In the entries below, find the line with "v 11.2 5.188 -3.5" and the line with "v 2.762 0 3.933"; give again those lines and every line between them, exactly.
(Records provided Opens)
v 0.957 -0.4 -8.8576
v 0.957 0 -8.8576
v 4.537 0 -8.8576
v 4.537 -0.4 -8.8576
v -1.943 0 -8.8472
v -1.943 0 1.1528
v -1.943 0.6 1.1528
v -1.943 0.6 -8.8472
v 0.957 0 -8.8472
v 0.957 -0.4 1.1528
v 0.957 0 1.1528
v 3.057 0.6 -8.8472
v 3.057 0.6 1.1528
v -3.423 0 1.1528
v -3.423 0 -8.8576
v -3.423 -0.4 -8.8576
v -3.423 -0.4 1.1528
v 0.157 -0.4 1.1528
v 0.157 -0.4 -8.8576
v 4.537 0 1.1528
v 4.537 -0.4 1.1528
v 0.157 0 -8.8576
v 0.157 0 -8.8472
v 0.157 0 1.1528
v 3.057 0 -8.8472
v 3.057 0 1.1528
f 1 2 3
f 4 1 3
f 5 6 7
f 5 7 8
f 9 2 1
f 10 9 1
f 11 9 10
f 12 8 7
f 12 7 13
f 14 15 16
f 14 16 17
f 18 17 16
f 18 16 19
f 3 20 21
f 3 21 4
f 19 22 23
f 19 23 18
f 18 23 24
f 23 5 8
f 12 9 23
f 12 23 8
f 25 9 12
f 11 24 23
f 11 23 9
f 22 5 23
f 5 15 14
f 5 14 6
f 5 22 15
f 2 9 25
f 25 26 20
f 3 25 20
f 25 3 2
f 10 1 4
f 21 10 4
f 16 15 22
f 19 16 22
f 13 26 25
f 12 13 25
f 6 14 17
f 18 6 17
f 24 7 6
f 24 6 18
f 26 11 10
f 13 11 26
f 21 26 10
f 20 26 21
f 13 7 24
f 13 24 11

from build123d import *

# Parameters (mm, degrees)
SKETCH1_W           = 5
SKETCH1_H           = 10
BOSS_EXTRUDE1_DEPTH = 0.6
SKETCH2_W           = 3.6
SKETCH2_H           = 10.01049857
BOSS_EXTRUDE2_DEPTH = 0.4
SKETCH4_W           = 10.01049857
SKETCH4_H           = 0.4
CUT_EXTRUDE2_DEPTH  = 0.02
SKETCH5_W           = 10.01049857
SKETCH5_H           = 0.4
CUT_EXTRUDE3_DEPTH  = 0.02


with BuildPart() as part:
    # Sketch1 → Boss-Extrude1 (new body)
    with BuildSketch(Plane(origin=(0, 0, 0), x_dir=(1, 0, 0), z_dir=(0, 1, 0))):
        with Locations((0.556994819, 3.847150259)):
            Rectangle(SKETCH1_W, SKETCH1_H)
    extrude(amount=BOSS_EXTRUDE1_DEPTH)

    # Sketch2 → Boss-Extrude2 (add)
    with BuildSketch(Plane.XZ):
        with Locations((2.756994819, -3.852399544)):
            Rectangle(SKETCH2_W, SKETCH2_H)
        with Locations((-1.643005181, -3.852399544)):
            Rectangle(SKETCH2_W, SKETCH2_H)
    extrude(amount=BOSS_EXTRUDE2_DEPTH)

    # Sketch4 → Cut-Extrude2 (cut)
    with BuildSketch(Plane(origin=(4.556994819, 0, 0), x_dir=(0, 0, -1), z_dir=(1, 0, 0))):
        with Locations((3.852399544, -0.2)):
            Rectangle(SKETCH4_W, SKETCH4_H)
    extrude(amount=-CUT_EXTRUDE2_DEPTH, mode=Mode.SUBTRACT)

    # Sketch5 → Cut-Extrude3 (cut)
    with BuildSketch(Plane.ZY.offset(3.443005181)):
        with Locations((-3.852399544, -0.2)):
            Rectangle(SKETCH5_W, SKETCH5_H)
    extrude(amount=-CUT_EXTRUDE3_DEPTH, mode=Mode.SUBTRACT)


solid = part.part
(Records provided Closes)
(Records provided Opens)
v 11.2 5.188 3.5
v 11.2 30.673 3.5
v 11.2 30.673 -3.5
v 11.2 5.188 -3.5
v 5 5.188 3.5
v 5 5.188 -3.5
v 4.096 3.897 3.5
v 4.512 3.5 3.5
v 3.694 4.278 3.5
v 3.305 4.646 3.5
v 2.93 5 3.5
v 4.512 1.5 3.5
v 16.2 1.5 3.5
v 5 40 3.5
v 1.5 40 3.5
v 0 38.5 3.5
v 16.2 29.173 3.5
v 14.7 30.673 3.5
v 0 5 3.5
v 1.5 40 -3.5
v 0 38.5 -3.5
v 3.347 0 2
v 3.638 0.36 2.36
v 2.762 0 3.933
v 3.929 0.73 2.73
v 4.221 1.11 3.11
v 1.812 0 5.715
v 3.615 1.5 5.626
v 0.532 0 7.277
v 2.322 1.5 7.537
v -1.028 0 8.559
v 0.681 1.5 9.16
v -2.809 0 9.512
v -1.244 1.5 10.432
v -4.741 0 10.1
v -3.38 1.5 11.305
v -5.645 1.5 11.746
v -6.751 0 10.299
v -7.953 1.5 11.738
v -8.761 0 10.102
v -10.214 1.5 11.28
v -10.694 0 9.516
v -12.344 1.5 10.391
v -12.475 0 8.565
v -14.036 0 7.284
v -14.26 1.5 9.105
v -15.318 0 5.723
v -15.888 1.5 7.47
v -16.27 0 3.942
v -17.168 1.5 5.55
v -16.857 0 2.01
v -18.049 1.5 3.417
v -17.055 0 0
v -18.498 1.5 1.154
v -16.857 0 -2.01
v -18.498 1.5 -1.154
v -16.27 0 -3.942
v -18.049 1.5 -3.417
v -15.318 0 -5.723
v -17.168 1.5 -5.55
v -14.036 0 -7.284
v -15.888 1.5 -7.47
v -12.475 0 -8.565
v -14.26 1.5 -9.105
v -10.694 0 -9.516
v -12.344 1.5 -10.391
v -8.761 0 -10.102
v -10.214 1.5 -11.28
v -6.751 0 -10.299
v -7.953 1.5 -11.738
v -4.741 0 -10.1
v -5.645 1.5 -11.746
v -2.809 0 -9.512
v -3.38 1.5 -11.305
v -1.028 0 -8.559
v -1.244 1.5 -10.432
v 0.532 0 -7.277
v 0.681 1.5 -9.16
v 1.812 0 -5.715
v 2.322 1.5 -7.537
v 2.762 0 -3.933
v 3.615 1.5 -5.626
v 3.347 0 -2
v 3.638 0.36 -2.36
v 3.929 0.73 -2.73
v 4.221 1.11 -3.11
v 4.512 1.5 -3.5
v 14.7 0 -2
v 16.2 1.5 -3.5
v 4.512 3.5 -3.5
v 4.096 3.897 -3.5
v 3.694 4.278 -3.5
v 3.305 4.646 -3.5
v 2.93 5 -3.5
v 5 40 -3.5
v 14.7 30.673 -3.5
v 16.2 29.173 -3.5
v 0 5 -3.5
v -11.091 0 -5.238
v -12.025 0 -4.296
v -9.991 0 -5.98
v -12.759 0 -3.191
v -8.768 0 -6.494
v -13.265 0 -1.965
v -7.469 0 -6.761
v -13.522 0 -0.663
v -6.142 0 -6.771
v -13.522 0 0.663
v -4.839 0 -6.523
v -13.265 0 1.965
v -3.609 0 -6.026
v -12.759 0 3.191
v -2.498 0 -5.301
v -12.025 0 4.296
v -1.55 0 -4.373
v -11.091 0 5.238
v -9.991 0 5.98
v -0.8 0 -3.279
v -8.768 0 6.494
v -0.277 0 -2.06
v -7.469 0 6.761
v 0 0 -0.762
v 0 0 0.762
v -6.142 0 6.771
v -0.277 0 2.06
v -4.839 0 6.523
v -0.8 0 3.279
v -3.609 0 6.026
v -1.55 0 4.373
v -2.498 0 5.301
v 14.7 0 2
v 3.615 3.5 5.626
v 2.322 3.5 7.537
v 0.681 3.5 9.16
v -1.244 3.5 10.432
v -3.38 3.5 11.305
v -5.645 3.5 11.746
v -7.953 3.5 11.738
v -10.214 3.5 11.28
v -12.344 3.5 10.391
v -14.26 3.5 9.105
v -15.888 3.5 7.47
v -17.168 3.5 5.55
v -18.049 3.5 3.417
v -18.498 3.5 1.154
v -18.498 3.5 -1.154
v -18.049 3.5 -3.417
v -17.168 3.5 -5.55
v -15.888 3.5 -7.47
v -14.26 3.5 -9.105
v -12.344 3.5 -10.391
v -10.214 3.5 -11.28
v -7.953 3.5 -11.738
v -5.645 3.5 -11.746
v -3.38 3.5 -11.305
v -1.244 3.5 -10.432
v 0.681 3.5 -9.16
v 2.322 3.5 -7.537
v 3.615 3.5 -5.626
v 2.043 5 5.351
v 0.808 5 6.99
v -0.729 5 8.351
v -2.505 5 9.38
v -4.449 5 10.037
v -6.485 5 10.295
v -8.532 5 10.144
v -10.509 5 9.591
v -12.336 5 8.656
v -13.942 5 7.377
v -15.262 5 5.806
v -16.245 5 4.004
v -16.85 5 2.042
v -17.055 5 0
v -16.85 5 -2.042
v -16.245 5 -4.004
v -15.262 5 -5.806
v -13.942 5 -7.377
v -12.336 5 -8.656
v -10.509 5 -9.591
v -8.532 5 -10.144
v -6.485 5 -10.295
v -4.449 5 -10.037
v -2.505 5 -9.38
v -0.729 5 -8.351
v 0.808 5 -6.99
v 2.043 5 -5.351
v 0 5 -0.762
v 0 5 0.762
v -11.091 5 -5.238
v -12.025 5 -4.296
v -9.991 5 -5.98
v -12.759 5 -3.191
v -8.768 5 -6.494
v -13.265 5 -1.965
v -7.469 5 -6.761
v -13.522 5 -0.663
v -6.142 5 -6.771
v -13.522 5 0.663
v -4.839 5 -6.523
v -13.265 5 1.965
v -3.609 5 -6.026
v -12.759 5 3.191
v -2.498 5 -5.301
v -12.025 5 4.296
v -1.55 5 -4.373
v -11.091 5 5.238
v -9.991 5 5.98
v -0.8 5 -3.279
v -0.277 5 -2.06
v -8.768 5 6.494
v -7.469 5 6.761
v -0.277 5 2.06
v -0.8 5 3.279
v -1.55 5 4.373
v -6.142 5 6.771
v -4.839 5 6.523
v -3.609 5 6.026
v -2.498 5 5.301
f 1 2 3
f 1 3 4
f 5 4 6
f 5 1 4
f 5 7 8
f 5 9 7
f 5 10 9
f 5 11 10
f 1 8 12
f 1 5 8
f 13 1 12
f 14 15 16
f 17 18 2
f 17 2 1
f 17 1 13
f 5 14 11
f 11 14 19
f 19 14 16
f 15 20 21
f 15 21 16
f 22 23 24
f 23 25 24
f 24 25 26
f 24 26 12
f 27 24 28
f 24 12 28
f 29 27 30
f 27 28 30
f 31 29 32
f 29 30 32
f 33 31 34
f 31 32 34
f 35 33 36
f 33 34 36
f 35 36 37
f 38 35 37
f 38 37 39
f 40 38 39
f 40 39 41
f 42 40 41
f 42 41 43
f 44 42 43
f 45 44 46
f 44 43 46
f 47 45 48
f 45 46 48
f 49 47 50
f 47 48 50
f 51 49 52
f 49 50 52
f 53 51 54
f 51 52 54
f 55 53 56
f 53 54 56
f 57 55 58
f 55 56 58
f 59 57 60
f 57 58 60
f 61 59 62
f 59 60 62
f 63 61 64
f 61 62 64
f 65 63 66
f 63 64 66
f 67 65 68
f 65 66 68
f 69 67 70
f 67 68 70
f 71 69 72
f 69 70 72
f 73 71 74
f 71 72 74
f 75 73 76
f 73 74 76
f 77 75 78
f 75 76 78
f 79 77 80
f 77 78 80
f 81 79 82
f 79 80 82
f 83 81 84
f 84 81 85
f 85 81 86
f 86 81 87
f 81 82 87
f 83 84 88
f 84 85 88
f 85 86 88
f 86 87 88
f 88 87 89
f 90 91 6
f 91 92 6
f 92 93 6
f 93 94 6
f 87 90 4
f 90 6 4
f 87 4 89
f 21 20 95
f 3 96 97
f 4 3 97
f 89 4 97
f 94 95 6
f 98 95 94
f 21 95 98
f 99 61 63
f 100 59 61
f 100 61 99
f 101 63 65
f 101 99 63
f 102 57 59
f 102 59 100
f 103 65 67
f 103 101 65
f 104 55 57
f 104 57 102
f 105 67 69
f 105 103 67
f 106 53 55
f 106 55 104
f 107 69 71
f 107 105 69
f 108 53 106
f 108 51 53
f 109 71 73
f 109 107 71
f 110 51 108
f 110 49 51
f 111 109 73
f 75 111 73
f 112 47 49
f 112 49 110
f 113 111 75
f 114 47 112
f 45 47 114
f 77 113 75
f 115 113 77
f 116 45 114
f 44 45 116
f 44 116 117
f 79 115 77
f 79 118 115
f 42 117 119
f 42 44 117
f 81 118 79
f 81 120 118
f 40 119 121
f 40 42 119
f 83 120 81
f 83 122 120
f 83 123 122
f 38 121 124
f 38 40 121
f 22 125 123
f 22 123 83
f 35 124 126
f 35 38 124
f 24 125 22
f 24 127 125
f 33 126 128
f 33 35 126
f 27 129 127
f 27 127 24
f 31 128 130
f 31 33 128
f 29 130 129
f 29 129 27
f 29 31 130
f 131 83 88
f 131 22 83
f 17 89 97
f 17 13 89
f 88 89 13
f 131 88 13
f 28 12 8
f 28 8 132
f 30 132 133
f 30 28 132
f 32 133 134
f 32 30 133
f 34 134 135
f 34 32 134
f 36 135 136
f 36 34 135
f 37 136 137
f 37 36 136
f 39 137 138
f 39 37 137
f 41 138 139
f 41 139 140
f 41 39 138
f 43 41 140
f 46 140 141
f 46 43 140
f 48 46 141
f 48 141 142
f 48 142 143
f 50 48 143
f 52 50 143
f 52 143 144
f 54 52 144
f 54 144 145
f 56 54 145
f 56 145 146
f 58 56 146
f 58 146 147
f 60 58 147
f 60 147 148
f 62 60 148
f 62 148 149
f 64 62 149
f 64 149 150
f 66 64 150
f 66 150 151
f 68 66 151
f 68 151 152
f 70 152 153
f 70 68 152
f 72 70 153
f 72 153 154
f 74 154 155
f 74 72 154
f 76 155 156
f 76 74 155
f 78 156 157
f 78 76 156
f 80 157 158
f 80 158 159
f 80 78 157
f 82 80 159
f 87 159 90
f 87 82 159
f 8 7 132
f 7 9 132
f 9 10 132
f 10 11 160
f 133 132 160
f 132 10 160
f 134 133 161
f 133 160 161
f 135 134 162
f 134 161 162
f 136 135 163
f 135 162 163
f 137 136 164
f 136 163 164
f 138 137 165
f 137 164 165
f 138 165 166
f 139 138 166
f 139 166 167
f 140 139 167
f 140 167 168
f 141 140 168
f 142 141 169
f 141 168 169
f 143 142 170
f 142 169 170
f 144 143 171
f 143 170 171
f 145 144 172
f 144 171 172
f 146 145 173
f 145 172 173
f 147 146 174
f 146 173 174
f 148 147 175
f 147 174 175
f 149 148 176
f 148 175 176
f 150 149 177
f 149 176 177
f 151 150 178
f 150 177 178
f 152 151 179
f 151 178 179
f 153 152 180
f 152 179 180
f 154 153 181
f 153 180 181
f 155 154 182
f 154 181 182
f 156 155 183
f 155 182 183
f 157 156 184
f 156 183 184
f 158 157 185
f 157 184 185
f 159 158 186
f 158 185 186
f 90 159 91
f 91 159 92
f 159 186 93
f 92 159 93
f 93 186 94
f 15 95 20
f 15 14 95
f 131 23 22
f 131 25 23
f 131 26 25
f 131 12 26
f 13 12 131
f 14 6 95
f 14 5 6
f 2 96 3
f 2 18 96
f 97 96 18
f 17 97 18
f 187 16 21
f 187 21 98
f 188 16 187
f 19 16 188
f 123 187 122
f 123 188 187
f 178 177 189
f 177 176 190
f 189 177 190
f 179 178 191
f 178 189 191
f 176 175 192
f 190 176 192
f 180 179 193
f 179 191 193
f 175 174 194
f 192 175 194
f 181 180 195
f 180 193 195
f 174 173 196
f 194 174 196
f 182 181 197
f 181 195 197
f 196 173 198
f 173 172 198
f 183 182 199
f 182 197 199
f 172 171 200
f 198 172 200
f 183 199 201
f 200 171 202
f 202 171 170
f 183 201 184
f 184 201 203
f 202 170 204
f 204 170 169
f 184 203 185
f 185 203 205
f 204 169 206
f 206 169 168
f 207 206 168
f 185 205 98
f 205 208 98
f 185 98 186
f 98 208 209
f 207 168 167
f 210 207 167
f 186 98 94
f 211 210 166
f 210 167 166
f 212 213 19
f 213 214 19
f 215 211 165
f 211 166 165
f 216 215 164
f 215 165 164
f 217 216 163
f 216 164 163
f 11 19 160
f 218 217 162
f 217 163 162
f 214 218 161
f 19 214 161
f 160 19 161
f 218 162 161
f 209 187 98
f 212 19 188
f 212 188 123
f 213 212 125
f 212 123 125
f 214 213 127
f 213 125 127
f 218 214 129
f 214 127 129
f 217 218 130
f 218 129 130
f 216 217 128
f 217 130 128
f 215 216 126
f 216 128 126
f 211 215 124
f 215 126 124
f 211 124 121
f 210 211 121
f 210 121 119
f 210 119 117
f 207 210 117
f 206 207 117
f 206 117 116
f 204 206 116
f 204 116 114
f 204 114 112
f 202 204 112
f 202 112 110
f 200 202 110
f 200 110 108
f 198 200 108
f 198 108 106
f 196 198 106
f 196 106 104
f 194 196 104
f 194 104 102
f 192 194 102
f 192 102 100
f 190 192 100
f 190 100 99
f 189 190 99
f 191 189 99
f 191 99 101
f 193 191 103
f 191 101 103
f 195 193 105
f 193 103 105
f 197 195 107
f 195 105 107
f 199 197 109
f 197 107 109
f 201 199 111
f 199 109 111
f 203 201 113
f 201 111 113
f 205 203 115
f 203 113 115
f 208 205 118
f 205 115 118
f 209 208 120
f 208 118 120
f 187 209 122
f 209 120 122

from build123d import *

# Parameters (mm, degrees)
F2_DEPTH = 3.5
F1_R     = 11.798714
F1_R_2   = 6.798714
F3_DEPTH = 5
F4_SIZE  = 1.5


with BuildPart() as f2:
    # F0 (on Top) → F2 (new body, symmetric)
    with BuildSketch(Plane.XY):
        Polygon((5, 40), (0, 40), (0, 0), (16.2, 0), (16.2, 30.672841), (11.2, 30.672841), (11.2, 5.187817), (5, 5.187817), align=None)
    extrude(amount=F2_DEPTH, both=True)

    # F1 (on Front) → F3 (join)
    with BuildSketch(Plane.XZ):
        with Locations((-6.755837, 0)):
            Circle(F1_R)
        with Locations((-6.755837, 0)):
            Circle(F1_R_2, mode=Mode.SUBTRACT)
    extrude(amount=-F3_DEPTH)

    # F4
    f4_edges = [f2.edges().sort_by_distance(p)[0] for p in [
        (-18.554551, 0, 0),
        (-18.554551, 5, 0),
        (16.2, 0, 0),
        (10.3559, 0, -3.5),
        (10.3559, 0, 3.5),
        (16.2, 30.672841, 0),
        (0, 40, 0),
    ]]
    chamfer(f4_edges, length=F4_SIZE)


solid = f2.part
(Records provided Closes)
(Records provided Opens)
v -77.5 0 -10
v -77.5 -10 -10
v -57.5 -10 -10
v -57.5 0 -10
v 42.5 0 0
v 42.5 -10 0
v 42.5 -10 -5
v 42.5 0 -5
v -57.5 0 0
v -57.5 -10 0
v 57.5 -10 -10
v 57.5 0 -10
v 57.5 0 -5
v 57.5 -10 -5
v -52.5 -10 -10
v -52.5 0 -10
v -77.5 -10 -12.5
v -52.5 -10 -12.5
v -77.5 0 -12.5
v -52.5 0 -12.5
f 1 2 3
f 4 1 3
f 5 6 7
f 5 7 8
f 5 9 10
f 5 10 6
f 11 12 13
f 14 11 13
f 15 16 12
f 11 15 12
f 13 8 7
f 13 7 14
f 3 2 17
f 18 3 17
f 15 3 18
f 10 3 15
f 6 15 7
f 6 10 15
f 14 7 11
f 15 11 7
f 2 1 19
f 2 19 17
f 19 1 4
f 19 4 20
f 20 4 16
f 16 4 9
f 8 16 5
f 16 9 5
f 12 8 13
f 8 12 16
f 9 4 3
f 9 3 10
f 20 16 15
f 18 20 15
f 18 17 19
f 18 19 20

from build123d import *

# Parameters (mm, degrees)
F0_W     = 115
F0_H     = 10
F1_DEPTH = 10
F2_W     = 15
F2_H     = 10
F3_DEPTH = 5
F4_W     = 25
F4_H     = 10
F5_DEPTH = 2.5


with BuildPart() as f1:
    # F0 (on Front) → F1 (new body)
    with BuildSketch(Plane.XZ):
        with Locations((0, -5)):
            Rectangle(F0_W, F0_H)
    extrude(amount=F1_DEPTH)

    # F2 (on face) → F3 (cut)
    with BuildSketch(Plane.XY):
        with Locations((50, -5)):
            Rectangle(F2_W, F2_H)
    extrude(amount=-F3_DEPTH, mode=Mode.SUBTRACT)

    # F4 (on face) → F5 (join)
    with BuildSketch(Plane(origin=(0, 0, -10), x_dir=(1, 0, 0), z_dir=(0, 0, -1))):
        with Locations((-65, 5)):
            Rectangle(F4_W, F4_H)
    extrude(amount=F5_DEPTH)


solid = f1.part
(Records provided Closes)
*Solution to this problem:*
v 11.2 5.188 -3.5
v 5 5.188 3.5
v 5 5.188 -3.5
v 4.096 3.897 3.5
v 4.512 3.5 3.5
v 3.694 4.278 3.5
v 3.305 4.646 3.5
v 2.93 5 3.5
v 4.512 1.5 3.5
v 16.2 1.5 3.5
v 5 40 3.5
v 1.5 40 3.5
v 0 38.5 3.5
v 16.2 29.173 3.5
v 14.7 30.673 3.5
v 0 5 3.5
v 1.5 40 -3.5
v 0 38.5 -3.5
v 3.347 0 2
v 3.638 0.36 2.36
v 2.762 0 3.933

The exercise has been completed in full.